The simplified LPTN for the modular machine is developed based on the model in Motor-CAD v13.1 as shown in Figure A3 (see Appendix A). It is worth noting that the heat convection from the flux gap surfaces to air should be introduced to obtain more accurate machine temperature distribution for the modular machines. The equivalent thermal resistances can be calculated by (A1) to (A13). The steady-state temperatures of PMs at different rotor speeds have been calculated by the LPTN as shown in Figure 9. Like the trend of losses presented in the previous section, the temperatures within both machines increase with increasing rotor speed. It is also found that when the rotor speed is low, the magnet temperatures within the modular machine are slightly higher than those within the non-modular machine due to higher copper loss and iron losses. However, when the rotor speed is beyond the base speed, the temperatures within the modular machine are reduced due to the influence of magnet demagnetization. In addition, to prevent the PM from irreversible demagnetization, the critical temperature of the PM material chosen in this paper is around 150 °C [21]. It can be seen that the magnet temperature in the modular machine is always lower than the critical temperature for the full speed range. By contrast, the temperature of the non-modular machine can go beyond the critical temperature, leading to potentially serious irreversible demagnetization.
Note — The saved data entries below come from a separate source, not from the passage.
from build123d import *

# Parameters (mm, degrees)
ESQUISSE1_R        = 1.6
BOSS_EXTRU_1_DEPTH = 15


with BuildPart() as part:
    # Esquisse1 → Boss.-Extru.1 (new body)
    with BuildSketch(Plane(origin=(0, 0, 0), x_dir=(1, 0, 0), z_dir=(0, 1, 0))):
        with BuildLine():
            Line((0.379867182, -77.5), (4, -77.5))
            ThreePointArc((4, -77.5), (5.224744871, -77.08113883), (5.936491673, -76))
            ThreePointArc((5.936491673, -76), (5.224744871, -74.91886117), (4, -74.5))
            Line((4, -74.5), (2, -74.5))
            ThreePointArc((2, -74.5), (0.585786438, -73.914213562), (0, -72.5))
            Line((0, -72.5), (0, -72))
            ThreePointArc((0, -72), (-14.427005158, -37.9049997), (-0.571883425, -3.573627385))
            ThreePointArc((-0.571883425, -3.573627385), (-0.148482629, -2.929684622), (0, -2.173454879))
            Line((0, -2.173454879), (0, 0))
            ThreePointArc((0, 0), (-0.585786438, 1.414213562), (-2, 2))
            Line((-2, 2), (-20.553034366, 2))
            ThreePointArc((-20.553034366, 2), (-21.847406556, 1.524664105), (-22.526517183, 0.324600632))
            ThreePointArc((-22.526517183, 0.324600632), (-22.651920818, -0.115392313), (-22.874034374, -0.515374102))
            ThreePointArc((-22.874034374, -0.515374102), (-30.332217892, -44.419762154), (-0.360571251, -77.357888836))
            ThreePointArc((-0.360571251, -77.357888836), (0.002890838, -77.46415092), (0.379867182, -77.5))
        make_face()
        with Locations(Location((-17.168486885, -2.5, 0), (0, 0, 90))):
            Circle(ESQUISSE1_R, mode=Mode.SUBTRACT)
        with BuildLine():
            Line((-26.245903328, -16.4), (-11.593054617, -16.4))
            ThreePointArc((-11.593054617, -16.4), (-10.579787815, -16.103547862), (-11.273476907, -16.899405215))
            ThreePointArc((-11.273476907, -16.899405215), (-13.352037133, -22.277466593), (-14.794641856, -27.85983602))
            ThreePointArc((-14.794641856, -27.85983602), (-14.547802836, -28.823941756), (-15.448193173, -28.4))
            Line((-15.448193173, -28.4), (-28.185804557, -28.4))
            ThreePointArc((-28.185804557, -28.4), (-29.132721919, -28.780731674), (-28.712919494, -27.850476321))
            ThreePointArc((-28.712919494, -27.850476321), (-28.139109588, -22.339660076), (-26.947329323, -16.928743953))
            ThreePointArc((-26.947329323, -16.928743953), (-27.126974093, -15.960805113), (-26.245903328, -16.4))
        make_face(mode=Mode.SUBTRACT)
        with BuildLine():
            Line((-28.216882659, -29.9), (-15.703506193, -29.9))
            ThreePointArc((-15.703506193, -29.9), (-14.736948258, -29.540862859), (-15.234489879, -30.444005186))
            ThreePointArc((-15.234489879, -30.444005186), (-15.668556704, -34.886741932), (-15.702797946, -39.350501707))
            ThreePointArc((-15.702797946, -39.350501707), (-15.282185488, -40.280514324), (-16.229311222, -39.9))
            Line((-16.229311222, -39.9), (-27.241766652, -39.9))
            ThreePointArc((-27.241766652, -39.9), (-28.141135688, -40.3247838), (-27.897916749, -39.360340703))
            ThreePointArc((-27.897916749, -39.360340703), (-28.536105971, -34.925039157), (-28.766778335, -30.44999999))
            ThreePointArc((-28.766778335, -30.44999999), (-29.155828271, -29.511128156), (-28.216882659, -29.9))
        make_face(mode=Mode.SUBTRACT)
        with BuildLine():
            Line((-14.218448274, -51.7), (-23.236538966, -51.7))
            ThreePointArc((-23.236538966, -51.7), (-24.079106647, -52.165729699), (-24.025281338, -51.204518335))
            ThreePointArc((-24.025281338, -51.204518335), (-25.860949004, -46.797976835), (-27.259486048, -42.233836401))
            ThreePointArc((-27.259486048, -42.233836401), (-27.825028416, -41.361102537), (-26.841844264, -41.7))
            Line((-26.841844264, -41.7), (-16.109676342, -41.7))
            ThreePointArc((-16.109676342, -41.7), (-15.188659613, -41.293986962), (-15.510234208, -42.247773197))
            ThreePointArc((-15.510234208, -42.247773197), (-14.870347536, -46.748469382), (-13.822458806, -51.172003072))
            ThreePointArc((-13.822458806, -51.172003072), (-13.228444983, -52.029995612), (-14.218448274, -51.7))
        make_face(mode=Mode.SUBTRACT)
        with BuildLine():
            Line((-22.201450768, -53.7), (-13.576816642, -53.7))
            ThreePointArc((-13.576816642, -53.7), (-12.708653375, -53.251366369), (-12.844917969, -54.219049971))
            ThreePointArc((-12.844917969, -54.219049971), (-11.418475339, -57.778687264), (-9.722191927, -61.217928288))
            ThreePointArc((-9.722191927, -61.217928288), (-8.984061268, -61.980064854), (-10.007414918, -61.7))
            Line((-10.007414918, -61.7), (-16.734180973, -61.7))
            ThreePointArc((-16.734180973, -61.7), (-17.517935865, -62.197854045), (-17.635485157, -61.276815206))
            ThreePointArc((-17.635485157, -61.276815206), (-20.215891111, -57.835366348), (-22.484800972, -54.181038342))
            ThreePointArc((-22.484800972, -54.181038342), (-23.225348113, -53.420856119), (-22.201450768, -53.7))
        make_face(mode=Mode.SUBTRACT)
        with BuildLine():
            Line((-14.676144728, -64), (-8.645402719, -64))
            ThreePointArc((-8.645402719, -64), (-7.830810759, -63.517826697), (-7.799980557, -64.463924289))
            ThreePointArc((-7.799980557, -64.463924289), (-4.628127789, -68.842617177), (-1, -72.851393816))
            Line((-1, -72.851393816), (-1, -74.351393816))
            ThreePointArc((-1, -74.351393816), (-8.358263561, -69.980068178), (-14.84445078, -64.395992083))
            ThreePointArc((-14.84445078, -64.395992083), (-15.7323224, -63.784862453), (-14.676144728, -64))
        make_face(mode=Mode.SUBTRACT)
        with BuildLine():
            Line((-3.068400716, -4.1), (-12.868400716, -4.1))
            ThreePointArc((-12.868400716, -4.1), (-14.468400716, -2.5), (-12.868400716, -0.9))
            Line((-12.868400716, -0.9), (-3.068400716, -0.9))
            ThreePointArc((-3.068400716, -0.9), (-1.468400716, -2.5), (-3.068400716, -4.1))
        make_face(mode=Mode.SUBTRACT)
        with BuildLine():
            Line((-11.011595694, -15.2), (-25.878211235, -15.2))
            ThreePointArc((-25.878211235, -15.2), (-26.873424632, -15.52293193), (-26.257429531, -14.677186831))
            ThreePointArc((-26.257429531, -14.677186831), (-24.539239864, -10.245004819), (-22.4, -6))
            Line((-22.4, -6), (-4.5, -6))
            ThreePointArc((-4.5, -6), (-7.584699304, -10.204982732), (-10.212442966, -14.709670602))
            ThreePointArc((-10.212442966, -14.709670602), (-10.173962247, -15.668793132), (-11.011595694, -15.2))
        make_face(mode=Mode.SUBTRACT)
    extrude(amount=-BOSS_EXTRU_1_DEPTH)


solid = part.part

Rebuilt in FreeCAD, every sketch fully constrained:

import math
import FreeCAD as App
import Part
import Sketcher
from FreeCAD import Vector
Q = App.Units.Quantity

doc = App.newDocument("Part")
params = doc.addObject("Spreadsheet::Sheet", "Params")
for row, (alias, value) in enumerate([
    ("sketch1_radius", "2 mm"),
    ("sketch1_diameter", "3.2 mm"),
    ("sketch1_width", "2 mm"),
    ("sketch1_radius2", "0.55 mm"),
    ("sketch1_width2", "17.9 mm"),
    ("pad1_length", "15 mm"),
], start=1):
    params.set(f"A{row}", alias)
    params.set(f"B{row}", "=" + value)
    params.setAlias(f"B{row}", alias)

body = doc.addObject("PartDesign::Body", "Body")

# Sketch on XZ plane
sketch1 = body.newObject("Sketcher::SketchObject", "Sketch")
sketch1.AttachmentSupport = (doc.getObject("XZ_Plane"), [""])
sketch1.MapMode = "FlatFace"
sketch1.addGeometry([
    Part.LineSegment(Vector(0.38, 77.5, 0), Vector(4, 77.5, 0)),  # 0
    Part.ArcOfCircle(Part.Circle(Vector(4, 75.5, 0), Vector(0, 0, 1), 2), math.radians(14), math.radians(90)),  # 1
    Part.ArcOfCircle(Part.Circle(Vector(4, 76.5, 0), Vector(0, 0, 1), 2), math.radians(-90), math.radians(-14)),  # 2
    Part.LineSegment(Vector(4, 74.5, 0), Vector(2, 74.5, 0)),  # 3
    Part.ArcOfCircle(Part.Circle(Vector(2, 72.5, 0), Vector(0, 0, 1), 2), math.radians(90), math.radians(180)),  # 4
    Part.LineSegment(Vector(0, 72.5, 0), Vector(0, 72, 0)),  # 5
    Part.ArcOfCircle(Part.Circle(Vector(34.03, 37.5, 0), Vector(0, 0, 1), 48.46), math.radians(135), math.radians(224)),  # 6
2.2.3. Dynamic Performance

To evaluate the impact of temperature rise on machine EM performance, the temperature-dependent B(H) curve and the temperature speed curve are implemented to re-evaluate the torque speed curve for the modular and non-modular machines, as shown in Figure 10. It is worth noting that the EM performances of the machines without the coupled model do not consider the influence of temperature variation within the machine. The material properties are all chosen at 20 °C. In contrast, the EM performances obtained by the coupled model fully consider the thermal influence. This includes the impact of temperature on PM demagnetization and copper resistance. It can be found that for both machines, when the demagnetization caused by temperature rise is considered, the torque is reduced due to reduced PM flux-linkage. Furthermore, the increased temperature improves both the base and maximum speeds, also due to reduced PM flux-linkage as calculated by (5) and (6). Therefore, although the demagnetization can reduce the EM performance in the constant torque region, it can improve the performance in the flux weakening region.
As shown in Figure 11, the iron losses and PM eddy current losses are reduced due to the demagnetization caused by temperature rise. It is worth noting that the losses at each speed have been calculated under the condition that the investigated machines operate under maximum torque per ampere or per volt control. However, the copper loss will be increased due to the increase in coil temperature. These variations in losses and also on-load torque due to temperature rise will lead to a significant change in the efficiency maps for the modular and non-modular machines, as shown in Figure 12. It can also be found that, similar to the EM-only predictions, although both machines have similar peak efficiency, the area for peak efficiency of the modular machine is larger than that of the non-modular machine.

3. Conclusions

In this paper, the dynamic performance considering the EM–thermal coupling has been investigated for both the modular and non-modular machines. Compared to the non-coupled EM-only analysis, the coupled EM–thermal modelling can consider the effect of temperature rise on magnet properties, e.g., the remanence and coercivity and copper resistivity. For example, at a given temperature, the EM performance, such as the PM flux linkage, stator and rotor core iron losses, PM eddy current loss, and copper loss, can be calculated. The calculated losses will be used as input in the thermal model to calculate an updated temperature distribution, which, in turn, will allow the calculation of updated EM performance. This will make accurate analysis of dynamic performance under different operating conditions possible. Based on the results obtained by the coupled EM–thermal models, it was found that compared with the non-modular machine, the modular machine generally has higher torque and efficiency under different operating conditions. This is mainly due to the introduced flux gaps in alternate stator teeth that can be used to boost both the EM and thermal performances. The flux gaps result in high torque density and better demagnetization withstand capability. In addition, the flux gaps also provide additional cooling channels that can reduce the machine temperature, especially the PM temperature. In conclusion, the performance improvements of the modular machine have been fully revealed according to the coupled EM–thermal modelling of steady-state dynamic performances.

Author Contributions

Writing—original draft, W.Z.; writing—review and editing, G.-J.L. and Z.-Q.Z.; funding acquisition, B.R. and Y.C.C. All authors have read and agreed to the published version of the manuscript.

Funding

This work is partially supported by the UK Engineering and Physical Science Research Council (EPSRC) under Grant No. EP/T017988/1 and partially sponsored by Motor Design Ltd., An Ansys Company.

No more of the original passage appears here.